C’est à cette gare qu’ils arrivent, qu’ils viennent de n’importe où.
Ils y arrivent après des jours et après des nuits
ayant traversé des pays entiers
ils y arrivent avec les enfants même les petits qui ne devraient pas être du voyage.
Ils ont emporté les enfants parce qu’on ne se sépare pas des enfants pour ce voyage-là.
Ceux qui en avaient ont emporté de l’or parce qu’ils croyaient que l’or pouvait être utile.
Tous ont emporté ce qu’ils avaient de plus cher parce qu’il ne faut pas laisser ce qui est cher quand on part au loin.
Tous ont emporté leur vie, c’était surtout sa vie qu’il fallait prendre avec soi.
Et quand ils arrivent
ils croient qu’ils sont arrivés en enfer
possible. Pourtant ils n’y croyaient pas.
Ils ignoraient qu’on prît le train pour l’enfer mais puisqu’ils y sont ils s’arment et se sentent prêts à l’affronter
avec les enfants les femmes les vieux parents
avec les souvenirs de famille et les papiers de famille.
Ils ne savent pas qu’à cette gare-là on n’arrive pas.
Ils attendent le pire – ils n’attendent pas l’inconcevable.
Et quand on leur crie de se ranger par cinq, hommes d’un côté, femmes et enfants de l’autre, dans une langue qu’ils ne comprennent pas, ils comprennent aux coups de bâton et se rangent par cinq puisqu’ils s’attendent à tout.

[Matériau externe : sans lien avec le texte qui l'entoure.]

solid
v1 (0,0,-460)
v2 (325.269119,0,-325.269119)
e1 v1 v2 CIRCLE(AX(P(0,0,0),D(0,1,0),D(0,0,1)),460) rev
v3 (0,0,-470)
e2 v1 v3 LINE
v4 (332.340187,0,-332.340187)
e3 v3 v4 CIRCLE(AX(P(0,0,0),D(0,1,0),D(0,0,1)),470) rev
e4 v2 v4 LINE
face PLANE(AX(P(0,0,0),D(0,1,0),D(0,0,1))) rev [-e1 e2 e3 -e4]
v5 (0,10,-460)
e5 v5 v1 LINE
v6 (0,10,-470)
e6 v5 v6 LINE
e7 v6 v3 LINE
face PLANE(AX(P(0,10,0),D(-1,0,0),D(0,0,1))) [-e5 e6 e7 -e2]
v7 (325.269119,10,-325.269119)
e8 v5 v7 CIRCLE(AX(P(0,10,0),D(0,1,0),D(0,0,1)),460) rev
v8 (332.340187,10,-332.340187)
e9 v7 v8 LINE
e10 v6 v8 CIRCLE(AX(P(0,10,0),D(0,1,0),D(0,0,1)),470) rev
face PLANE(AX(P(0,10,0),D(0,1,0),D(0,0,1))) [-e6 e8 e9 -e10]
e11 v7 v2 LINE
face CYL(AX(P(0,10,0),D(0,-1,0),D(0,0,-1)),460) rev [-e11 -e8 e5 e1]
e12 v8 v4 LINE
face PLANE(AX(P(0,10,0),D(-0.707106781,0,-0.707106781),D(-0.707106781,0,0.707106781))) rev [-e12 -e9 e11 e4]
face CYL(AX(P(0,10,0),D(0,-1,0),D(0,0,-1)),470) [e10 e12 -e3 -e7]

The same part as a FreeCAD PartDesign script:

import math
import FreeCAD as App
import Part
import Sketcher

V = App.Vector
Q = App.Units.Quantity

doc = App.newDocument("Part")
body = doc.addObject("PartDesign::Body", "Body")

sketch1 = body.newObject("Sketcher::SketchObject", "Sketch")
sketch1.AttachmentSupport = (doc.getObject("XZ_Plane"), [""])
sketch1.MapMode = "FlatFace"
sketch1.addGeometry([
    Part.ArcOfCircle(Part.Circle(V(0, 0, 0), V(0, 0, 1), 470), math.radians(-90), math.radians(-45)),
    Part.LineSegment(V(0, -470, 0), V(0, -460, 0)),
    Part.ArcOfCircle(Part.Circle(V(0, 0, 0), V(0, 0, 1), 460), math.radians(-90), math.radians(-45)),
    Part.LineSegment(V(325, -325, 0), V(332, -332, 0)),
], False)
sketch1.addConstraint([
    Sketcher.Constraint("Coincident", 0, 1, 1, 1),
    Sketcher.Constraint("Coincident", 1, 2, 2, 1),
    Sketcher.Constraint("Coincident", 2, 2, 3, 1),
    Sketcher.Constraint("Coincident", 3, 2, 0, 2),
    Sketcher.Constraint("Vertical", 1),
    Sketcher.Constraint("Coincident", 0, 3, -1, 1),
    Sketcher.Constraint("Coincident", 2, 3, -1, 1),
    Sketcher.Constraint("PointOnObject", 1, 2, -2),
    Sketcher.Constraint("Radius", 0, 470.0),
    Sketcher.Constraint("Radius", 2, 460.0),
    Sketcher.Constraint("Angle", 3, Q("-45 deg")),
    Sketcher.Constraint("DistanceX", -1, 1, 3, 2, 332.340187),
])
pad1 = body.newObject("PartDesign::Pad", "Pad")
pad1.Profile = sketch1
pad1.Length = 10
pad1.Reversed = True

doc.recompute()
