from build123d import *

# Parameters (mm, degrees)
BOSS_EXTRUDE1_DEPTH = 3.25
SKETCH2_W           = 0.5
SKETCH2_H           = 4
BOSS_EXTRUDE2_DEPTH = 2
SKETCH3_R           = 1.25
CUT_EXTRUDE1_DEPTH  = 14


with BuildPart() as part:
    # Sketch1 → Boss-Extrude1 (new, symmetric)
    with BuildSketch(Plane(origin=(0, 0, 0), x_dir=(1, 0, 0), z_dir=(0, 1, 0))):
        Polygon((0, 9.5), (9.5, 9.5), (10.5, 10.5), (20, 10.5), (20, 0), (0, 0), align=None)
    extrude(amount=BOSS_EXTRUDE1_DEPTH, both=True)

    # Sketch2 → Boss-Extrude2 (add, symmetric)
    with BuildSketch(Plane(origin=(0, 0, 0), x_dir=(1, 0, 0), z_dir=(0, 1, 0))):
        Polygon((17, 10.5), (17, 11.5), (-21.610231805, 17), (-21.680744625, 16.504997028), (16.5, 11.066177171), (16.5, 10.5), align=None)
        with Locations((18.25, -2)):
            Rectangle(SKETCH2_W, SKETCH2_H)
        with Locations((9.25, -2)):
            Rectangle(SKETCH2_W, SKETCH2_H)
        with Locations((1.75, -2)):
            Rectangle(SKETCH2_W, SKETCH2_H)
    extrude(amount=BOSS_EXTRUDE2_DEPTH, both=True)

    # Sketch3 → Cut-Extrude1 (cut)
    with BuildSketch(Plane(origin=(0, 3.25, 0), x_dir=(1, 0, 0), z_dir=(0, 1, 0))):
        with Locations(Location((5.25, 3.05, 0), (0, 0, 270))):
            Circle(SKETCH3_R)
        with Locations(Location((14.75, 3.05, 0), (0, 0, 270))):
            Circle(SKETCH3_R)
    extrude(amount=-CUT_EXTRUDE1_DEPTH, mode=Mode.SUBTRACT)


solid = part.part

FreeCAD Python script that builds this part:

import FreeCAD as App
import Part
import Sketcher

V = App.Vector
Q = App.Units.Quantity


def add_polygon(sketch, points):
    """Adds a closed chain of lines whose ends are joined by coincident constraints."""
    first, n = sketch.GeometryCount, len(points)
    for a, b in zip(points, points[1:] + points[:1]):
        sketch.addGeometry(Part.LineSegment(App.Vector(*a, 0), App.Vector(*b, 0)), False)
    for i in range(n):
        sketch.addConstraint(Sketcher.Constraint("Coincident", first + i, 2, first + (i + 1) % n, 1))

doc = App.newDocument("Part")
params = doc.addObject("Spreadsheet::Sheet", "Params")
for row, (alias, value) in enumerate([
    ("sketch1_width", "20 mm"),
    ("sketch1_width2", "9.5 mm"),
    ("pad1_length", "6.5 mm"),
    ("sketch2_height", "1 mm"),
    ("sketch2_height2", "4 mm"),
    ("sketch2_length", "39 mm"),
    ("sketch2_width", "0.5 mm"),
    ("sketch2_length2", "0.5 mm"),
    ("pad2_length", "4 mm"),
    ("sketch3_diameter", "2.5 mm"),
    ("pocket1_length", "14 mm"),
], start=1):
    params.set(f"A{row}", alias)
    params.set(f"B{row}", "=" + value)
    params.setAlias(f"B{row}", alias)

body = doc.addObject("PartDesign::Body", "Body")

sketch1 = body.newObject("Sketcher::SketchObject", "Sketch")
sketch1.AttachmentSupport = (doc.getObject("XZ_Plane"), [""])
sketch1.MapMode = "FlatFace"
add_polygon(sketch1, [(9.5, -9.5), (0, -9.5), (0, 0), (20, 0), (20, -10.5), (10.5, -10.5)])
sketch1.addConstraint([
    Sketcher.Constraint("Horizontal", 0),
    Sketcher.Constraint("Vertical", 1),
    Sketcher.Constraint("Horizontal", 2),
    Sketcher.Constraint("Vertical", 3),
    Sketcher.Constraint("Horizontal", 4),
    Sketcher.Constraint("Coincident", 1, 2, -1, 1),
    Sketcher.Constraint("Equal", 0, 4),
    Sketcher.Constraint("Equal", 4, 1),
    Sketcher.Constraint("DistanceX", 2, 1, 2, 2, 20.0),
    Sketcher.Constraint("Angle", 5, Q("135 deg")),
    Sketcher.Constraint("DistanceX", 0, 2, 0, 1, 9.5),
])
sketch1.setExpression("Constraints[14]", "Params.sketch1_width")
sketch1.setExpression("Constraints[16]", "Params.sketch1_width2")
pad1 = body.newObject("PartDesign::Pad", "Pad")
pad1.Profile = sketch1
pad1.setExpression("Length", "Params.pad1_length")
pad1.Midplane = True

sketch2 = body.newObject("Sketcher::SketchObject", "Sketch001")
sketch2.AttachmentSupport = (doc.getObject("XZ_Plane"), [""])
sketch2.MapMode = "FlatFace"
add_polygon(sketch2, [(17, -10.5), (17, -11.5), (-21.610232, -17), (-21.680745, -16.504997), (16.5, -11.066177), (16.5, -10.5)])
add_polygon(sketch2, [(18, 0), (18, 4), (18.5, 4), (18.5, 0)])
add_polygon(sketch2, [(9, 0), (9, 4), (9.5, 4), (9.5, 0)])
add_polygon(sketch2, [(1.5, 0), (1.5, 4), (2, 4), (2, 0)])
sketch2.addConstraint([
    Sketcher.Constraint("Vertical", 0),
    Sketcher.Constraint("Vertical", 4),
    Sketcher.Constraint("Horizontal", 5),
    Sketcher.Constraint("Vertical", 6),
    Sketcher.Constraint("Horizontal", 7),
    Sketcher.Constraint("Vertical", 8),
    Sketcher.Constraint("Horizontal", 9),
    Sketcher.Constraint("Vertical", 10),
    Sketcher.Constraint("Horizontal", 11),
    Sketcher.Constraint("Vertical", 12),
    Sketcher.Constraint("Horizontal", 13),
    Sketcher.Constraint("Vertical", 14),
    Sketcher.Constraint("Horizontal", 15),
    Sketcher.Constraint("Vertical", 16),
    Sketcher.Constraint("Horizontal", 17),
    Sketcher.Constraint("PointOnObject", 8, 2, -1),
    Sketcher.Constraint("PointOnObject", 12, 2, -1),
    Sketcher.Constraint("PointOnObject", 16, 2, -1),
    Sketcher.Constraint("Perpendicular", 1, 2),
    Sketcher.Constraint("Perpendicular", 2, 3),
    Sketcher.Constraint("Horizontal", 7, 2, 10, 2),
    Sketcher.Constraint("Horizontal", 11, 2, 14, 2),
    Sketcher.Constraint("Equal", 5, 7),
    Sketcher.Constraint("Equal", 9, 11),
    Sketcher.Constraint("Equal", 13, 15),
    Sketcher.Constraint("DistanceY", 0, 2, 0, 1, 1.0),
    Sketcher.Constraint("DistanceY", 6, 1, 6, 2, 4.0),
    Sketcher.Constraint("Distance", 1, 39.0),
    Sketcher.Constraint("DistanceX", 5, 1, 5, 2, 0.5),
    Sketcher.Constraint("DistanceX", -1, 1, 0, 2, 17.0),
    Sketcher.Constraint("DistanceY", 1, 2, -1, 1, 17.0),
    Sketcher.Constraint("DistanceX", -1, 1, 6, 2, 18.0),
    Sketcher.Constraint("DistanceX", -1, 1, 10, 2, 9.0),
    Sketcher.Constraint("DistanceX", -1, 1, 15, 2, 2.0),
    Sketcher.Constraint("Distance", 2, 0.5),
    Sketcher.Constraint("DistanceY", 0, 2, -1, 1, 11.5),
])
sketch2.setExpression("Constraints[43]", "Params.sketch2_height")
sketch2.setExpression("Constraints[44]", "Params.sketch2_height2")
sketch2.setExpression("Constraints[45]", "Params.sketch2_length")
sketch2.setExpression("Constraints[46]", "Params.sketch2_width")
sketch2.setExpression("Constraints[52]", "Params.sketch2_length2")
pad2 = body.newObject("PartDesign::Pad", "Pad001")
pad2.Profile = sketch2
pad2.setExpression("Length", "Params.pad2_length")
pad2.Midplane = True

sketch3 = body.newObject("Sketcher::SketchObject", "Sketch002")
sketch3.AttachmentSupport = (doc.getObject("XZ_Plane"), [""])
sketch3.MapMode = "FlatFace"
sketch3.AttachmentOffset = App.Placement(V(0, 0, -3.25), App.Rotation())
sketch3.addGeometry([
    Part.Circle(V(5.25, -3.05, 0), V(0, 0, 1), 1.25),
    Part.Circle(V(14.75, -3.05, 0), V(0, 0, 1), 1.25),
], False)
sketch3.addConstraint([
    Sketcher.Constraint("Equal", 0, 1),
    Sketcher.Constraint("Horizontal", 0, 3, 1, 3),
    Sketcher.Constraint("Diameter", 0, 2.5),
    Sketcher.Constraint("DistanceX", 0, 3, 1, 3, 9.5),
    Sketcher.Constraint("DistanceX", -1, 1, 0, 3, 5.25),
    Sketcher.Constraint("DistanceY", 0, 3, -1, 1, 3.05),
])
sketch3.setExpression("Constraints[2]", "Params.sketch3_diameter")
pocket1 = body.newObject("PartDesign::Pocket", "Pocket")
pocket1.Profile = sketch3
pocket1.setExpression("Length", "Params.pocket1_length")
pocket1.Reversed = True

doc.recompute()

Les mères gardent les enfants contre elles – elles tremblaient qu’ils leur fussent enlevés – parce que les enfants ont faim et soif et sont chiffonnés de l’insomnie à travers tant de pays. Enfin on arrive, elles vont pouvoir s’occuper d’eux.
Et quand on leur crie de laisser les paquets, les édredons et les souvenirs sur le quai, ils les laissent parce qu’ils doivent s’attendre à tout et ne veulent s’étonner de rien. Ils disent « on verra bien », ils ont déjà tant vu et ils sont fatigués du voyage.
La gare n’est pas une gare. C’est la fin d’un rail. Ils regardent et ils sont éprouvés par la désolation autour d’eux.
Le matin la brume leur cache les marais.
Le soir les réflecteurs éclairent les barbelés blancs dans une netteté de photographie astrale. Ils croient que c’est là qu’on les mène et ils sont effrayés.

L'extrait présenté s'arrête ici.